Notre route cependant s’assagissait peu avant le village, juste le temps d’y passer. Elle se redressait soudain, nettoyait ses abords, éliminait toute fantaisie, comme ces compagnies de tirailleurs qui, joignant Tlemcen à Marnia, abandonnaient le pas de route à la vue des premières maisons, reprenaient l’alignement, rajustaient leur tenue et, section par section, allaient droit devant eux au pas cadencé sur le chemin devenu rue. Rectiligne sur un peu plus de deux kilomètres (une borne à bonnet rouge sur le trottoir devant chez Fichot, la précédente en amont peu avant le tournant Fabre, la suivante en aval peu avant le tournant de Barbata) notre route passait ainsi, transperçant le village comme une aiguille à tricoter la pelote de laine.
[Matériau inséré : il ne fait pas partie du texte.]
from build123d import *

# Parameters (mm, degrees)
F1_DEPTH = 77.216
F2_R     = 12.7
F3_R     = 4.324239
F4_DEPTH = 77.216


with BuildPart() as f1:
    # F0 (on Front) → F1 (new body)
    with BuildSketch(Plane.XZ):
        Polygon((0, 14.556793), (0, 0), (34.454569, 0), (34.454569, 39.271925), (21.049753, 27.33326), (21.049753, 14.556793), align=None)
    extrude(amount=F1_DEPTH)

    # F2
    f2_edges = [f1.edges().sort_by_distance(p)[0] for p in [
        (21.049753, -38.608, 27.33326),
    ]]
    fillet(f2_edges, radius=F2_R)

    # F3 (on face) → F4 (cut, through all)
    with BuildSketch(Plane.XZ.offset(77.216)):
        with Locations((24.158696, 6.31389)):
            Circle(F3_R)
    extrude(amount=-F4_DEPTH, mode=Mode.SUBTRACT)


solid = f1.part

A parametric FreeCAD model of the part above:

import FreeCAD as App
import Part
import Sketcher
Q = App.Units.Quantity


def edges_at(feature, points):
    """Names of the edges that pass closest to the given points."""
    edges = feature.Shape.Edges
    near = lambda p: min(range(len(edges)), key=lambda i: edges[i].distToShape(Part.Vertex(*p))[0])
    return sorted({f"Edge{near(p) + 1}" for p in points})


def add_polygon(sketch, points):
    """Adds a closed chain of lines whose ends are joined by coincident constraints."""
    first, n = sketch.GeometryCount, len(points)
    for a, b in zip(points, points[1:] + points[:1]):
        sketch.addGeometry(Part.LineSegment(App.Vector(*a, 0), App.Vector(*b, 0)), False)
    for i in range(n):
        sketch.addConstraint(Sketcher.Constraint("Coincident", first + i, 2, first + (i + 1) % n, 1))

doc = App.newDocument("Part")
body = doc.addObject("PartDesign::Body", "Body")

sketch1 = body.newObject("Sketcher::SketchObject", "Sketch")
sketch1.AttachmentSupport = (doc.getObject("XZ_Plane"), [""])
sketch1.MapMode = "FlatFace"
add_polygon(sketch1, [(0, 14.556793), (0, 0), (34.454569, 0), (34.454569, 39.271925), (21.049753, 27.33326), (21.049753, 14.556793)])
sketch1.addConstraint(Sketcher.Constraint("Vertical", 0))
sketch1.addConstraint(Sketcher.Constraint("Horizontal", 1))
sketch1.addConstraint(Sketcher.Constraint("Vertical", 2))
sketch1.addConstraint(Sketcher.Constraint("Vertical", 4))
sketch1.addConstraint(Sketcher.Constraint("Horizontal", 5))
sketch1.addConstraint(Sketcher.Constraint("Coincident", 0, 2, -1, 1))
sketch1.addConstraint(Sketcher.Constraint("DistanceX", 1, 1, 1, 2, 34.454569))
sketch1.addConstraint(Sketcher.Constraint("Distance", 3, 17.95051))
sketch1.addConstraint(Sketcher.Constraint("DistanceX", 5, 2, 5, 1, 21.049753))
sketch1.addConstraint(Sketcher.Constraint("DistanceY", 0, 2, 0, 1, 14.556793))
sketch1.addConstraint(Sketcher.Constraint("DistanceY", 2, 1, 2, 2, 39.271925))
pad1 = body.newObject("PartDesign::Pad", "Pad")
pad1.Profile = sketch1
pad1.Length = Q("3.04 in")
doc.recompute()

fillet = body.newObject("PartDesign::Fillet", "Fillet")
fillet.Base = (pad1, edges_at(pad1, [(21.05, -38.608, 27.333)]))
fillet.Radius = Q("0.5 in")

sketch2 = body.newObject("Sketcher::SketchObject", "Sketch001")
sketch2.AttachmentSupport = (doc.getObject("XZ_Plane"), [""])
sketch2.MapMode = "FlatFace"
sketch2.AttachmentOffset = App.Placement(App.Vector(0, 0, 3.04 * 25.4), App.Rotation())
sketch2.addGeometry(Part.Circle(App.Vector(24.158696, 6.31389, 0), App.Vector(0, 0, 1), 4.324239), False)
sketch2.addConstraint(Sketcher.Constraint("Diameter", 0, 8.648478))
sketch2.addConstraint(Sketcher.Constraint("DistanceY", -1, 1, 0, 3, 6.31389))
sketch2.addConstraint(Sketcher.Constraint("DistanceX", -1, 1, 0, 3, 24.158696))
pocket1 = body.newObject("PartDesign::Pocket", "Pocket")
pocket1.Profile = sketch2
pocket1.Type = "ThroughAll"

doc.recompute()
Légèrement déclive d’est en ouest, docile à la faible pente du plateau qui portait le village et ses premières cultures, coupant à angle droit la voie nord-sud qui menait vers la grande source et la montagne d’un côté, vers Remchi et la mer de l’autre (ainsi jadis le decumanus coupait le cardo des antiques cités de la Maurétanie romaine) elle était à notre insu la grande voie porteuse de vie et de rêve. Elle nous a marqués dans notre enfance et notre inconscient nous le rend, à l’improviste. Ainsi, certains matins, au premier réveil, au sortir des limbes, il m’arrive d’entendre l’une des premières voitures de l’aube ronfler le long d’une avenue rectiligne distante de mon immeuble comme l’était la route nationale de notre maison et perpendiculaire de même à ma propre rue. Dans mon demi sommeil, je suis sa course vers Tlemcen ; elle passe chez Santoncha, chez Rostaing, le bruit s’éloigne et s’éteint vers chez Fabre et je me réveille tout à fait… à Annecy (-le-Vieux) non à Turenne (enfant). Je suis certain que d’autres parmi vous avez été surpris par la même illusion, même si vous vous trouvez aujourd’hui mieux installés, dans un site plus beau.
La première voiture automobile a traversé Turenne vers 1907. Je m’explique mal cette date. Oujda est occupé le 29 mars 1907 par les troupes françaises venues de Tlemcen, Casablanca l’est le 7 août suivant par des troupes venues d’Oran par mer mais Taza, verrou entre les deux Maroc, oriental et occidental, ne sera tenu qu’en mai 1914. Le premier travail des soldats du Génie était bien de construire les routes carrossables qui facilitent les mouvements militaires mais encore faut-il que le pays soit occupé. On voit mal comment et où a pu passer cet audacieux automobiliste. Le fait est là pourtant et mon père nous a raconté souvent et dans les mêmes termes son souvenir. Il avait dix ans. Une voiture sans chevaux est annoncée, venant de l’ouest, du Maroc. Tous les garnements du village se postent au bout de la ligne droite, au-dessus de Barbata, d’où la vue porte loin, jusqu’aux deux collines-mamelles de Lalla-Marnia et aux montagnes des Beni-Snassen au-delà de la frontière. On aperçoit plus près, au second plan, le tournant de la Maison cantonnière au-delà de laquelle se perdent les lacets de Tameksalet. On attend, des heures durant. Soudain, une poussière s’élève au loin. On guette. Le nuage approche de la maison cantonnière. Une chose noire apparaît dans le tournant soulevant une poussière qui avance. On se met à courir vers le village, cinq minutes de course effrénée pour être le premier à crier aux premières maisons : «La voilà ! la voilà»
Mon père, l’un des plus petits mais non des derniers gardait de cet événement un souvenir à la fois exalté et cuisant car on courait pieds-nus et, enragé à ne pas se laisser distancer il ne vit pas sur le chemin une pierre déchaussée qu’il heurta violemment de l’orteil. Il finit à cloche pied en hurlant mais la voiture n’arriva qu’après lui à l’Hôtel des Trois Platanes.